When thinking about politics, remember: most hackers are more paranoid than the average person. A lot more. Because our training tends to show us what damage can be done, and that people will do damage for the hell of it [https://medium.com/@blakeross/mr-fart-s-favorite-colors-3177...]. When the Boston Marathon was bombed, the police put the city on basically a full-panic lockdown to catch two men; a lot of people were okay with this because it made them feel viscerally safer, not because they were trained wrong by a corrupt elite. You disregard the actual state of human nature to assume otherwise, which is probably disadvantageous.

1 comments

And yet many facets of the government were designed from an assumption that organizations do develop ulterior motives. Checks and balances, the adversarial justice system, and the Bill of Rights, to name some fundamental meta-topics.

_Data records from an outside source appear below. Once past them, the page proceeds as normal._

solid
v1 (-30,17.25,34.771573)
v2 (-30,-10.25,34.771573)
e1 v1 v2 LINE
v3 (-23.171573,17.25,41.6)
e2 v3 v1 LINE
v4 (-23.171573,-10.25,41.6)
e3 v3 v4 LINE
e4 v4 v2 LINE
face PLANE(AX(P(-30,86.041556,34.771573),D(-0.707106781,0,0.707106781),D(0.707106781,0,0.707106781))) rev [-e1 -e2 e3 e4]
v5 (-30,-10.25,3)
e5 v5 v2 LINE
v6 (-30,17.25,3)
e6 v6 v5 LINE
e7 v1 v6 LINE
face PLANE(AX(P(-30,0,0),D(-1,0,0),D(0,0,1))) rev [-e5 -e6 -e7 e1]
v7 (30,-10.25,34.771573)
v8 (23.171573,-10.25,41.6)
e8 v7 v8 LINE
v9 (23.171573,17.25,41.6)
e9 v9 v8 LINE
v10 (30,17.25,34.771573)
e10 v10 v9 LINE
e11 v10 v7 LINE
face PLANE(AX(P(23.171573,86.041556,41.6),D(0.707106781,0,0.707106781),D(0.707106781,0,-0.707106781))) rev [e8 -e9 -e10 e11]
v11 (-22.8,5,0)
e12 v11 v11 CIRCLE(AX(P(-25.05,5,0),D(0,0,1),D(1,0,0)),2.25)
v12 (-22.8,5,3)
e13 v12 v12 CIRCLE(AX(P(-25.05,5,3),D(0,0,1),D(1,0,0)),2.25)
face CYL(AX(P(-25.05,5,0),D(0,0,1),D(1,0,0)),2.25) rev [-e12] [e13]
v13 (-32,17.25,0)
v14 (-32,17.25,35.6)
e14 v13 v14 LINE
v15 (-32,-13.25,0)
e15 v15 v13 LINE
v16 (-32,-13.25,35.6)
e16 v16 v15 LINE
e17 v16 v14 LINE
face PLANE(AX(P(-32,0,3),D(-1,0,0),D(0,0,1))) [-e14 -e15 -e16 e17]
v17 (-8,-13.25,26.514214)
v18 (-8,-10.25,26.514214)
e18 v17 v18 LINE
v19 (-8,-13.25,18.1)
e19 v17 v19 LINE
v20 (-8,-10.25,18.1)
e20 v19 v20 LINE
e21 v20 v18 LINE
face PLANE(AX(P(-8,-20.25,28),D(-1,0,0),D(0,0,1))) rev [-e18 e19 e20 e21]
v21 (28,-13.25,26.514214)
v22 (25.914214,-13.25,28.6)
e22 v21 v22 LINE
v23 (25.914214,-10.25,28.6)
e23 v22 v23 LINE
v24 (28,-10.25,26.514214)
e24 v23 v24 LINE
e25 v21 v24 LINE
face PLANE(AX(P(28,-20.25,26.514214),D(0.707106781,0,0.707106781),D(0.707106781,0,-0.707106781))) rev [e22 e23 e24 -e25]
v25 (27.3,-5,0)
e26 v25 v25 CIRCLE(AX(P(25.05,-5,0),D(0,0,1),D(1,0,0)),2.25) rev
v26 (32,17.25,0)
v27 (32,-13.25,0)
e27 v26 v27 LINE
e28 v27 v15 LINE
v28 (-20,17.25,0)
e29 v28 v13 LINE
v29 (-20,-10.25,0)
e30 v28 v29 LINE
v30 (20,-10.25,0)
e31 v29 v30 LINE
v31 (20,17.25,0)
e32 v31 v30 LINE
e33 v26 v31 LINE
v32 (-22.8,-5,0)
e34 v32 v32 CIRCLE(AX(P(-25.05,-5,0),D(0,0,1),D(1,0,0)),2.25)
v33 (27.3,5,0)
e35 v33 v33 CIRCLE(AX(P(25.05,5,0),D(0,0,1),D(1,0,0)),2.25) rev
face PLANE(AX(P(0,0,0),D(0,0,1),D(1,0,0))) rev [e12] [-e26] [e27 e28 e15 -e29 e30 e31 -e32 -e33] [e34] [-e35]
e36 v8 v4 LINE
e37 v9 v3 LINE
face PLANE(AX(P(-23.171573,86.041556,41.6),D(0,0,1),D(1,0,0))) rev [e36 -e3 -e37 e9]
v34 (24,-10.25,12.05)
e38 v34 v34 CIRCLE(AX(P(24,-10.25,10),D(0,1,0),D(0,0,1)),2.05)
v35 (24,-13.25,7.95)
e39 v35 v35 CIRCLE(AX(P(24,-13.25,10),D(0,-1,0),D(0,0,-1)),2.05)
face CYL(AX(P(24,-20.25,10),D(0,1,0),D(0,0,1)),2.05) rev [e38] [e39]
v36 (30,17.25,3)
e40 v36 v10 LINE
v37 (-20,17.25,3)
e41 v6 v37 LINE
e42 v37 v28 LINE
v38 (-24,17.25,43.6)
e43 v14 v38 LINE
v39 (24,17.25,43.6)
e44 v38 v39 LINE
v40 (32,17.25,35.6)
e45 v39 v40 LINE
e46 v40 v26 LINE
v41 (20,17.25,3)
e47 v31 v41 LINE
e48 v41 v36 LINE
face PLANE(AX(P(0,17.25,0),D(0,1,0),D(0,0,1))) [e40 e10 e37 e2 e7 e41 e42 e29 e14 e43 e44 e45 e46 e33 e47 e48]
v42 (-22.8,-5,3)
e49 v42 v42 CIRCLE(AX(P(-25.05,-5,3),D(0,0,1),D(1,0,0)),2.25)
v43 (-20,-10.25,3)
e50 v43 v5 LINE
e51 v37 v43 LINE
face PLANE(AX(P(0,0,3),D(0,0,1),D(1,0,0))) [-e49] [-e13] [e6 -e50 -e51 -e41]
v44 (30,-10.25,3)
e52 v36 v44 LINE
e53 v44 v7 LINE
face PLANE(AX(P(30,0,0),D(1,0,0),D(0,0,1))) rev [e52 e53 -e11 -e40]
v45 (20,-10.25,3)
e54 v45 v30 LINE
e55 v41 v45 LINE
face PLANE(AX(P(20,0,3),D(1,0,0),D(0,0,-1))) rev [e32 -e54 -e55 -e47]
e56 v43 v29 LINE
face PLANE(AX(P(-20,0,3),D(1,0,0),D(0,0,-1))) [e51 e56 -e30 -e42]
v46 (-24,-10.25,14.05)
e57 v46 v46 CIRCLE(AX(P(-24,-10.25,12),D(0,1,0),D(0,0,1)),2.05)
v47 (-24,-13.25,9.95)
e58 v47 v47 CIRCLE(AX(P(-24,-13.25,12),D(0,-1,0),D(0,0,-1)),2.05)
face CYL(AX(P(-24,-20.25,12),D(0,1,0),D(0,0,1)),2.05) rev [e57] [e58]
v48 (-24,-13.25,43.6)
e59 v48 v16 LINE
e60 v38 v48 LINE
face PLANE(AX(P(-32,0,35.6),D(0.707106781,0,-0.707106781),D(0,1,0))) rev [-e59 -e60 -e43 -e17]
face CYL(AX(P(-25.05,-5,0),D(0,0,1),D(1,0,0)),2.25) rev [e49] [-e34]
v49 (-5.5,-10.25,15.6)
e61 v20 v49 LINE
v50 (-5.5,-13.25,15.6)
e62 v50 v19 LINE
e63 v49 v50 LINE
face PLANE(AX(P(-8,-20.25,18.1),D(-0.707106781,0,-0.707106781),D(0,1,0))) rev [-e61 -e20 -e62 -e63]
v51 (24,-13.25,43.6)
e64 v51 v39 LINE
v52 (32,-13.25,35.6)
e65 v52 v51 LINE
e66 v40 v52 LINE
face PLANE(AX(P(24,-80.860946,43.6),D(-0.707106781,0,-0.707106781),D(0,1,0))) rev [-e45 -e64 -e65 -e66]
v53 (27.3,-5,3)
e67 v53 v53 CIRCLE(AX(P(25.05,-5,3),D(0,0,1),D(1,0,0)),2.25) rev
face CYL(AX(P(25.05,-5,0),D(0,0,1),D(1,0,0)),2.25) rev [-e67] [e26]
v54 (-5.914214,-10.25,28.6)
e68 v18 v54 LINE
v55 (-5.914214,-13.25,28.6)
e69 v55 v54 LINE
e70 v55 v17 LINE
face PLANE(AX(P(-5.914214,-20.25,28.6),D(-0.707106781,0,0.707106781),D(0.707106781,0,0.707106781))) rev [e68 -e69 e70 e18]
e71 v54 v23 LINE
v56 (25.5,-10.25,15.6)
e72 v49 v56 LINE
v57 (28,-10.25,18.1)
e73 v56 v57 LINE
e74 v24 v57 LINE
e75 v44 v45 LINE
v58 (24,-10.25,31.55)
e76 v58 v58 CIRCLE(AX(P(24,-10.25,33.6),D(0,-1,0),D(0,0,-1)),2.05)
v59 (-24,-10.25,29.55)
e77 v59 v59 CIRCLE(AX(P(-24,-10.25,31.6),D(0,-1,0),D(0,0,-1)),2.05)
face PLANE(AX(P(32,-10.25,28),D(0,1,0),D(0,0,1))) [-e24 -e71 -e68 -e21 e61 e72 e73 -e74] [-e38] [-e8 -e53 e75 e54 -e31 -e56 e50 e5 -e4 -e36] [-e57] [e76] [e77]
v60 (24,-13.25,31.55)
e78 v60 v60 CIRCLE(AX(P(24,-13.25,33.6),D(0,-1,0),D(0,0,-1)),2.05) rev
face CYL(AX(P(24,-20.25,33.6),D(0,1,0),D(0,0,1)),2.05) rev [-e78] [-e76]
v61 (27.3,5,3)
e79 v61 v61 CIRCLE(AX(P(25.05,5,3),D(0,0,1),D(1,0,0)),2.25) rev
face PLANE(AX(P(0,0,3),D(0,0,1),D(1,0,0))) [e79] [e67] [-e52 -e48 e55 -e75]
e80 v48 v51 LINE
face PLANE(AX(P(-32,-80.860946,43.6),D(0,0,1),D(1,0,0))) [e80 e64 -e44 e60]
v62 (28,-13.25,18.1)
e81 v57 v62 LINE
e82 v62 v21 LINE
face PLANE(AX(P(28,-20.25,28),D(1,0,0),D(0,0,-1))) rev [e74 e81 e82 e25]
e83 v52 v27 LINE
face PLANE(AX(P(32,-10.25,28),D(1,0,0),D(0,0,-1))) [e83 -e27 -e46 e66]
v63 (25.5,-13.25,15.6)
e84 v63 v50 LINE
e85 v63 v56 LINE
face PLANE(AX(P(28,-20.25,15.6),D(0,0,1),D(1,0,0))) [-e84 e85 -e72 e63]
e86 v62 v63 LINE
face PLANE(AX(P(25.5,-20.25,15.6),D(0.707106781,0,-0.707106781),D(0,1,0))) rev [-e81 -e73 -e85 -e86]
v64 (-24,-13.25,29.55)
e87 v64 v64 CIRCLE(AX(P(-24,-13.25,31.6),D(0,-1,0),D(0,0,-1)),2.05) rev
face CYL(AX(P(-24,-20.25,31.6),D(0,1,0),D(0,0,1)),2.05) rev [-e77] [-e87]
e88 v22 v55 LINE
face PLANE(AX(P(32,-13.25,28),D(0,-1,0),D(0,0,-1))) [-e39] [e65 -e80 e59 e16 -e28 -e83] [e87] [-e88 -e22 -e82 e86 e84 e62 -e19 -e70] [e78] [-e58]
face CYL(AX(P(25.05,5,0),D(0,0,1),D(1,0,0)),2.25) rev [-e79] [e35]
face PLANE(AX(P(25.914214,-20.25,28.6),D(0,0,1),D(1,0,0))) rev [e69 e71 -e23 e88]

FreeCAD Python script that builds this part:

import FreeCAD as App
import Part
import Sketcher
from FreeCAD import Vector


def edges_at(feature, points):
    """Names of the edges that pass closest to the given points."""
    edges = feature.Shape.Edges
    near = lambda p: min(range(len(edges)), key=lambda i: edges[i].distToShape(Part.Vertex(*p))[0])
    return sorted({f"Edge{near(p) + 1}" for p in points})

doc = App.newDocument("Part")
body = doc.addObject("PartDesign::Body", "Body")

# Sketch on XY plane
sketch1 = body.newObject("Sketcher::SketchObject", "Sketch")
sketch1.AttachmentSupport = (doc.getObject("XY_Plane"), [""])
sketch1.MapMode = "FlatFace"
sketch1.addGeometry([
    Part.LineSegment(Vector(20, 10, 0), Vector(20, -10, 0)),
    Part.LineSegment(Vector(20, -10, 0), Vector(32, -10, 0)),
    Part.LineSegment(Vector(32, -10, 0), Vector(32, 10, 0)),
    Part.LineSegment(Vector(32, 10, 0), Vector(20, 10, 0)),
], False)
sketch1.addConstraint([
    Sketcher.Constraint("Coincident", 0, 2, 1, 1),
    Sketcher.Constraint("Coincident", 1, 2, 2, 1),
    Sketcher.Constraint("Coincident", 2, 2, 3, 1),
    Sketcher.Constraint("Coincident", 3, 2, 0, 1),
    Sketcher.Constraint("Vertical", 0),
    Sketcher.Constraint("Horizontal", 1),
    Sketcher.Constraint("Vertical", 2),
    Sketcher.Constraint("Horizontal", 3),
    Sketcher.Constraint("DistanceX", 1, 1, 1, 2, 12.0),
    Sketcher.Constraint("DistanceY", 0, 2, 0, 1, 20.5),
    Sketcher.Constraint("DistanceX", -1, 1, 0, 2, 20.0),
    Sketcher.Constraint("DistanceY", 0, 2, -1, 1, 10.25),
])
pad1 = body.newObject("PartDesign::Pad", "Pad")
pad1.Profile = sketch1
pad1.Length = 3
body2 = doc.addObject("PartDesign::Body", "Body001")

# Sketch on XY plane
sketch2 = body2.newObject("Sketcher::SketchObject", "Sketch001")
sketch2.AttachmentSupport = (doc.getObject("XY_Plane001"), [""])
sketch2.MapMode = "FlatFace"
sketch2.addGeometry([
    Part.LineSegment(Vector(-32, 10, 0), Vector(-32, -10, 0)),
    Part.LineSegment(Vector(-32, -10, 0), Vector(-20, -10, 0)),
    Part.LineSegment(Vector(-20, -10, 0), Vector(-20, 10, 0)),
    Part.LineSegment(Vector(-20, 10, 0), Vector(-32, 10, 0)),
], False)
sketch2.addConstraint([
    Sketcher.Constraint("Coincident", 0, 2, 1, 1),
    Sketcher.Constraint("Coincident", 1, 2, 2, 1),
    Sketcher.Constraint("Coincident", 2, 2, 3, 1),
    Sketcher.Constraint("Coincident", 3, 2, 0, 1),
    Sketcher.Constraint("Vertical", 0),
    Sketcher.Constraint("Horizontal", 1),
    Sketcher.Constraint("Vertical", 2),
    Sketcher.Constraint("Horizontal", 3),
    Sketcher.Constraint("DistanceX", 1, 1, 1, 2, 12.0),
    Sketcher.Constraint("DistanceY", 0, 2, 0, 1, 20.5),
    Sketcher.Constraint("DistanceX", 0, 2, -1, 1, 32.0),
    Sketcher.Constraint("DistanceY", 0, 2, -1, 1, 10.25),
])
pad2 = body2.newObject("PartDesign::Pad", "Pad001")
pad2.Profile = sketch2
pad2.Length = 3
body3 = doc.addObject("PartDesign::Body", "Body002")
body3.AllowCompound = True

An abstract "don't tread on me" is deep within the American psyche, yet it very easily remains abstract, especially when steered that way.

I agree with your general point about human nature of blindly trusting the biggest stick, but that doesn't mean we should avoid blaming the scumbag mass media for abdicating their traditional duty of critical analysis and turning into pravda.us. If someone wants to ascribe this to an explicit conspiracy with an evil cabal while I simply see panicked well-to-do ignorants promulgating their bubble, I'm not going to let disagreements about details get in the way of agreeing on the commonalities. Any such dissenting viewpoint is a step on the path of extricating oneself from the infopocalyptic centralization we're finding ourselves being pushed into.